(Saved data entries)

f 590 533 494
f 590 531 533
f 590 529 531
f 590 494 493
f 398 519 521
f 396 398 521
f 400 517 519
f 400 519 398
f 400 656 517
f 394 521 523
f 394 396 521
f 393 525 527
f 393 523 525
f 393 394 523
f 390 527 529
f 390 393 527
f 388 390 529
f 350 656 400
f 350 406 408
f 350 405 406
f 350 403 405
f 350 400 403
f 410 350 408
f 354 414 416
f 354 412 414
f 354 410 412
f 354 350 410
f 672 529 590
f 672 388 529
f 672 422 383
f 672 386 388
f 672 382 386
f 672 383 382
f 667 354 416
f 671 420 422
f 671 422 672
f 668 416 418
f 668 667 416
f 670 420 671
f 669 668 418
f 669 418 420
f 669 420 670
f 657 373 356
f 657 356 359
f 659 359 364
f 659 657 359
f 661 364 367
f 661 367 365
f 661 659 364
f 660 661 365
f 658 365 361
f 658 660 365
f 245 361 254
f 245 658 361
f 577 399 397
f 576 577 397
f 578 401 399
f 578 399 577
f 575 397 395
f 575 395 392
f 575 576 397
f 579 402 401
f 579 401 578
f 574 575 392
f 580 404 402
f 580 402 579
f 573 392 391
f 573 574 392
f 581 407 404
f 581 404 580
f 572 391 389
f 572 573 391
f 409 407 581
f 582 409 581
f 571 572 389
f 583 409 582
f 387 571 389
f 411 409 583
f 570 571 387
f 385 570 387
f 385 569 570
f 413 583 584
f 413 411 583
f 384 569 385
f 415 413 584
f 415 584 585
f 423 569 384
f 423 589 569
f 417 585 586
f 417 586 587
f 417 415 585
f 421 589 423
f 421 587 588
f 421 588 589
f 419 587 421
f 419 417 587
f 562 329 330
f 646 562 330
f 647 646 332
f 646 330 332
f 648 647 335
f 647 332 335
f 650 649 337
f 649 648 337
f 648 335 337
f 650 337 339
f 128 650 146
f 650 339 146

(TRY IT) Quote, word for word, every line starting at the one that contains "f 413 583 584" and ending with the final line of the entries.

(REPLY TO THE EXERCISE)
f 413 583 584
f 413 411 583
f 384 569 385
f 415 413 584
f 415 584 585
f 423 569 384
f 423 589 569
f 417 585 586
f 417 586 587
f 417 415 585
f 421 589 423
f 421 587 588
f 421 588 589
f 419 587 421
f 419 417 587
f 562 329 330
f 646 562 330
f 647 646 332
f 646 330 332
f 648 647 335
f 647 332 335
f 650 649 337
f 649 648 337
f 648 335 337
f 650 337 339
f 128 650 146
f 650 339 146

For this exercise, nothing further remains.